Any article with advice not restricted to a specific area is going to be, in some ways, superficial, and in other ways, wrong. ;)
Systems with a continuous streams of events definitely should consider how much they log. However, there are also systems with rare events of high importance.
For example, IPsec, the bane of network admins. When a tunnel is established, there’s absolutely nothing to log. The hard part is IKE, the protocol for negotiating connection options and keys. The only points when anything can go wrong is initial negotiation or rekeying, but at those points, there are thousands ways it can go wrong. Worse yet, since the negotiation dialog is encrypted early on, traffic dumps are useless.
Many implementations are criminally underlogging it, which makes debugging a nightmare. If they offered an option to dump complete IKE packet contents, that would simplify things quite a bit.
Same with high availability setups. It’s not often that failover events happen, but when they do happen, you need to know exactly what happened. There’s no other way you can get that information after the event.
OpenBSD’s IPsec implementation saves us all by logging the proposal it did receive from the other end, saving hours and hours of conversation by phone for negociating the session until that tiny parameter let to default went wrong.
Some implementations dump some of the packet contents (but only the outline, not the actual content: aka, not the useful part of the packets).
Other implementation, indeed, only vomit “computer says no” at you.
logfmt looks good! I consider adding some logfmt() now… I wonder when NDJSON could be required unless I dump data structures of the program once in a while…
I am only using a DEBUG=1 environment variable, given #1 “Log as little as possible” (in volume).
But I would add “Log as much as possible” (every single intermediate error encountered), as they are precious information that help debugging the program, the configuration, and the data. The log volume would stay low nevertheless, as a production system might encounter few errors.
I like the idea of considering logs as first-class citizen that must be debugged. One might imagine that instead of log(), an assert() could be used, and if assert() is too much (error in data that does not interrupt the program), then a log error message is issued, but if nothing reads and detect these messages, then the programmer intent to signal “something is wrong” is lost! Corrupted data went in, suspicious event came…
I think that
warning
level is useful as well. From the standard syslog 7 levels I think only separation between info and notice is something weird. Otherwise I see the reason in having levels that are higher than error sometimes (like Knightmare).Most places where there is too much logging don’t have any metrics at all.
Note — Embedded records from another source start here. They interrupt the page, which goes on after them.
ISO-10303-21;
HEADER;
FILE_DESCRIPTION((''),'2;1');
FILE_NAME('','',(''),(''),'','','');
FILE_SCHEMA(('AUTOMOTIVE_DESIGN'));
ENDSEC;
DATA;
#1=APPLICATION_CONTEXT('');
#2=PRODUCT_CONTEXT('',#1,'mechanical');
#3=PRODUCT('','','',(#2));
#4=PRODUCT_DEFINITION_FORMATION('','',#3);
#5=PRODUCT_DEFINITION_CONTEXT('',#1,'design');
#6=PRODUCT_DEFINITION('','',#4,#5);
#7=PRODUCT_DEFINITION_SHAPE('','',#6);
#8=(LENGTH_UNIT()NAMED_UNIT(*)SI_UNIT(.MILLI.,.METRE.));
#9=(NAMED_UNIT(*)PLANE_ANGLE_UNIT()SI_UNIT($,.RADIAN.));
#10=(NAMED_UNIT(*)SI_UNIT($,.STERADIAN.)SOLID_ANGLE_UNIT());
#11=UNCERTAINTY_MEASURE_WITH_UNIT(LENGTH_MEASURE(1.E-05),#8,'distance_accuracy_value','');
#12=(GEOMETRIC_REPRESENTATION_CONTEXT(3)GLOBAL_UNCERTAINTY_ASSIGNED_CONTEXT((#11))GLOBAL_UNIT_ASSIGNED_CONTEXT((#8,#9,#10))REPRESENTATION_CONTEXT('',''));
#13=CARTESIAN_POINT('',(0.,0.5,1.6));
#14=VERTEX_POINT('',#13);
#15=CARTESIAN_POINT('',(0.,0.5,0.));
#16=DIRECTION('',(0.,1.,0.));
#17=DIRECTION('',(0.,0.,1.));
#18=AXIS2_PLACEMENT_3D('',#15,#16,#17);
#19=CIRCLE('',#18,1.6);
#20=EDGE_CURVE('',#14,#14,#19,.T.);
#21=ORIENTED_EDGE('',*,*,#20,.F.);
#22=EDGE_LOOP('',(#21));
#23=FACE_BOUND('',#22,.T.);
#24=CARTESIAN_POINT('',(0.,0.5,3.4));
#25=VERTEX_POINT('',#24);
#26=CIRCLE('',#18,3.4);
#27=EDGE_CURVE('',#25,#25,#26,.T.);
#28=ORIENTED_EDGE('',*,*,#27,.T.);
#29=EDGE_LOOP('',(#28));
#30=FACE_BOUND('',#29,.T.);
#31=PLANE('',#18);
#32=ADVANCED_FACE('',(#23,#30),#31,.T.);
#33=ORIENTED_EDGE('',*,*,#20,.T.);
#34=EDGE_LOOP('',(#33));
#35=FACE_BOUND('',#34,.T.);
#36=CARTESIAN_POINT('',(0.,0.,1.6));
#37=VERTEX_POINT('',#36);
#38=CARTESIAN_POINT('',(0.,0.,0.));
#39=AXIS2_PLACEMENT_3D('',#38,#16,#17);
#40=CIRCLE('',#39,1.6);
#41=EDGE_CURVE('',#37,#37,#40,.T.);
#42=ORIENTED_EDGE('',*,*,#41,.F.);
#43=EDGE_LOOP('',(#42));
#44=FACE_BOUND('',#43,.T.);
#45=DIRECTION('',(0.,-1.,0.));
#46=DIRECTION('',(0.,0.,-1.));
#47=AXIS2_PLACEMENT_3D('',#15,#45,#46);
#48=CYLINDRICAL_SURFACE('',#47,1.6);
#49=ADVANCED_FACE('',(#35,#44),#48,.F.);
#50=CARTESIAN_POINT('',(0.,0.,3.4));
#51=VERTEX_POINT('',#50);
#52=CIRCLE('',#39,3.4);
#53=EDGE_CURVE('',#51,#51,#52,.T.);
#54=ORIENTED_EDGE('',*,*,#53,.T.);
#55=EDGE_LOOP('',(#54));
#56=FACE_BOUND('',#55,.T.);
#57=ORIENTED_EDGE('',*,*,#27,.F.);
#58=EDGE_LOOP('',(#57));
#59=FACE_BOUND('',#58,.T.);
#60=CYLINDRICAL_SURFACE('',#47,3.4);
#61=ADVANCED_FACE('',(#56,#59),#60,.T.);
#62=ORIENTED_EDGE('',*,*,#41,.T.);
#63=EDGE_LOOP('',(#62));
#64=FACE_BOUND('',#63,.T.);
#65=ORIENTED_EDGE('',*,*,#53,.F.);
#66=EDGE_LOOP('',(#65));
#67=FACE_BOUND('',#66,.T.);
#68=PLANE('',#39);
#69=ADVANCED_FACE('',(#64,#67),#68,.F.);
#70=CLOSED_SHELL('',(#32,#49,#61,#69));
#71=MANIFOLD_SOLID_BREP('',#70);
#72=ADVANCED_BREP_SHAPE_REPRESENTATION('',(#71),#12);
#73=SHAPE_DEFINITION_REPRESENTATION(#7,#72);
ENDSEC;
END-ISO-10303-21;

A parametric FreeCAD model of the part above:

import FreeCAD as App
import Part
import Sketcher

V = App.Vector

doc = App.newDocument("Part")
body = doc.addObject("PartDesign::Body", "Body")

# Sketch on XZ plane
sketch1 = body.newObject("Sketcher::SketchObject", "Sketch")
sketch1.AttachmentSupport = (doc.getObject("XZ_Plane"), [""])
sketch1.MapMode = "FlatFace"
sketch1.addGeometry([
    Part.Circle(V(0, 0, 0), V(0, 0, 1), 3.4),
    Part.Circle(V(0, 0, 0), V(0, 0, 1), 1.6),
], False)
sketch1.addConstraint([
    Sketcher.Constraint("Coincident", 0, 3, -1, 1),
    Sketcher.Constraint("Coincident", 1, 3, -1, 1),
    Sketcher.Constraint("Diameter", 0, 6.8),
    Sketcher.Constraint("Diameter", 1, 3.2),
])
pad1 = body.newObject("PartDesign::Pad", "Pad")
pad1.Profile = sketch1
pad1.Length = 0.5
pad1.Reversed = True

doc.recompute()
I’d rather take too many logs and no metrics over too few logs and no metrics.
This sounds good, until your log pipeline becomes the bottleneck of your production environment.
Well, there is even better approach - structured logging.
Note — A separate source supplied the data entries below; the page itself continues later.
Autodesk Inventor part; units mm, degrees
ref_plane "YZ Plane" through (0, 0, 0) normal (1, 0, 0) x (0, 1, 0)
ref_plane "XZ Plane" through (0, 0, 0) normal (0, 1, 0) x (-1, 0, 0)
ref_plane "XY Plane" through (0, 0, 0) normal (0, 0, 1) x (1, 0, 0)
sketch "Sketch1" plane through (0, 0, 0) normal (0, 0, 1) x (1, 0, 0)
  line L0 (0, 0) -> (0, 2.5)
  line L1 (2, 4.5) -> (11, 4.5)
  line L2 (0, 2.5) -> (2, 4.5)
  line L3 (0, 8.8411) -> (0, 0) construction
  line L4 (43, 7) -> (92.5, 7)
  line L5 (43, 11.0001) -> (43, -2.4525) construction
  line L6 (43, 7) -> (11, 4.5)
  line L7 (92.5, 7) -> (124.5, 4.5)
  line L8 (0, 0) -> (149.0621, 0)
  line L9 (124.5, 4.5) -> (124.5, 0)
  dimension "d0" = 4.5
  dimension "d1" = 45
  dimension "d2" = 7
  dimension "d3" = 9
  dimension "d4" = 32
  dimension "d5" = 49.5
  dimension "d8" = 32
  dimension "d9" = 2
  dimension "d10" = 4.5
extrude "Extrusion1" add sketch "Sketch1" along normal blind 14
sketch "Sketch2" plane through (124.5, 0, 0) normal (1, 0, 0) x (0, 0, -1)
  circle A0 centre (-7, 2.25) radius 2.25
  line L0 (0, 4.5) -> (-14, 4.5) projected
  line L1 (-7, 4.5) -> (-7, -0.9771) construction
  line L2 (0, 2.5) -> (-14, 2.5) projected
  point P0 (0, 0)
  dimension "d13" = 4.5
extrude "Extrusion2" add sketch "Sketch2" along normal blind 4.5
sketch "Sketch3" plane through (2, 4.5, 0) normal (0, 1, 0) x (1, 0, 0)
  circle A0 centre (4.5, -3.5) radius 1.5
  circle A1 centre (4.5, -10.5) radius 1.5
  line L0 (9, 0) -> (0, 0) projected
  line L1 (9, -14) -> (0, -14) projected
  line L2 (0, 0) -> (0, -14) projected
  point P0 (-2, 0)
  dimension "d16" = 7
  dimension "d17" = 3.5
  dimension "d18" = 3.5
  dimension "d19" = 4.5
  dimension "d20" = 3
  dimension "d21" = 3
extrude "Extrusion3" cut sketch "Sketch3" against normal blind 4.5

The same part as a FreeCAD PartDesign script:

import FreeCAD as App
import Part
import Sketcher

V = App.Vector

doc = App.newDocument("Part")
body = doc.addObject("PartDesign::Body", "Body")

sketch1 = body.newObject("Sketcher::SketchObject", "Sketch")
sketch1.AttachmentSupport = (doc.getObject("XY_Plane"), [""])
sketch1.MapMode = "FlatFace"
sketch1.addGeometry([
    Part.LineSegment(V(0, 2.5, 0), V(0, 0, 0)),
    Part.LineSegment(V(0, 0, 0), V(124.5, 0, 0)),
    Part.LineSegment(V(124.5, 0, 0), V(124.5, 4.5, 0)),
    Part.LineSegment(V(124.5, 4.5, 0), V(92.5, 7, 0)),
    Part.LineSegment(V(92.5, 7, 0), V(43, 7, 0)),
    Part.LineSegment(V(43, 7, 0), V(11, 4.5, 0)),
    Part.LineSegment(V(11, 4.5, 0), V(2, 4.5, 0)),
    Part.LineSegment(V(2, 4.5, 0), V(0, 2.5, 0)),
], False)
sketch1.addConstraint([
    Sketcher.Constraint("Coincident", 0, 2, 1, 1),
    Sketcher.Constraint("Coincident", 1, 2, 2, 1),
    Sketcher.Constraint("Coincident", 2, 2, 3, 1),
    Sketcher.Constraint("Coincident", 3, 2, 4, 1),
    Sketcher.Constraint("Coincident", 4, 2, 5, 1),
    Sketcher.Constraint("Coincident", 5, 2, 6, 1),
    Sketcher.Constraint("Coincident", 6, 2, 7, 1),
    Sketcher.Constraint("Coincident", 7, 2, 0, 1),
    Sketcher.Constraint("Vertical", 0),
    Sketcher.Constraint("Horizontal", 1),
    Sketcher.Constraint("Vertical", 2),
    Sketcher.Constraint("Horizontal", 4),
    Sketcher.Constraint("Horizontal", 6),
    Sketcher.Constraint("Coincident", 0, 2, -1, 1),
    Sketcher.Constraint("Horizontal", 2, 2, 5, 2),
    Sketcher.Constraint("Equal", 3, 5),
    Sketcher.Constraint("DistanceX", 6, 2, 6, 1, 9.0),
    Sketcher.Constraint("DistanceX", 4, 2, 4, 1, 49.5),
    Sketcher.Constraint("DistanceY", 2, 1, 2, 2, 4.5),
    Sketcher.Constraint("DistanceY", -1, 1, 3, 2, 7.0),
    Sketcher.Constraint("DistanceX", -1, 1, 6, 2, 2.0),
    Sketcher.Constraint("DistanceX", 3, 2, 2, 2, 32.0),
    Sketcher.Constraint("DistanceY", 7, 2, 6, 2, 2.0),
])
pad1 = body.newObject("PartDesign::Pad", "Pad")
pad1.Profile = sketch1
pad1.Length = 14

sketch2 = body.newObject("Sketcher::SketchObject", "Sketch001")
sketch2.AttachmentSupport = (doc.getObject("YZ_Plane"), [""])
sketch2.MapMode = "FlatFace"
sketch2.AttachmentOffset = App.Placement(V(0, 0, 124.5), App.Rotation())
sketch2.addGeometry(Part.Circle(V(2.2, 7, 0), V(0, 0, 1), 2.2), False)
sketch2.addConstraint([
    Sketcher.Constraint("Diameter", 0, 4.5),
    Sketcher.Constraint("DistanceY", -1, 1, 0, 3, 7.0),
    Sketcher.Constraint("DistanceX", -1, 1, 0, 3, 2.25),
])
pad2 = body.newObject("PartDesign::Pad", "Pad001")
pad2.Profile = sketch2
pad2.Length = 4.5

sketch3 = body.newObject("Sketcher::SketchObject", "Sketch002")
sketch3.AttachmentSupport = (doc.getObject("XZ_Plane"), [""])
sketch3.MapMode = "FlatFace"
sketch3.AttachmentOffset = App.Placement(V(0, 0, -4.5), App.Rotation())
sketch3.addGeometry([
    Part.Circle(V(6.5, 3.5, 0), V(0, 0, 1), 1.5),
    Part.Circle(V(6.5, 10.5, 0), V(0, 0, 1), 1.5),
], False)
sketch3.addConstraint([
    Sketcher.Constraint("Equal", 0, 1),
    Sketcher.Constraint("Vertical", 0, 3, 1, 3),
    Sketcher.Constraint("Diameter", 0, 3.0),
    Sketcher.Constraint("DistanceY", 0, 3, 1, 3, 7.0),
    Sketcher.Constraint("DistanceY", -1, 1, 0, 3, 3.5),
    Sketcher.Constraint("DistanceX", -1, 1, 0, 3, 6.5),
])
pocket1 = body.newObject("PartDesign::Pocket", "Pocket")
pocket1.Profile = sketch3
pocket1.Length = 4.5
pocket1.Reversed = True

doc.recompute()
How does structured logging address the issues brought up by the article? I can see it helping with grepable messages, but it’s not clear how using structured logging in and of itself addresses the other concerns.
It makes “Add dynamic information” and “
grep
-able messages” pretty straightforward as it is “natural” to add dynamic information and with structured datagrep
ing is much easier. It also solves “No screaming” as with previous - you rarely need to scream at all.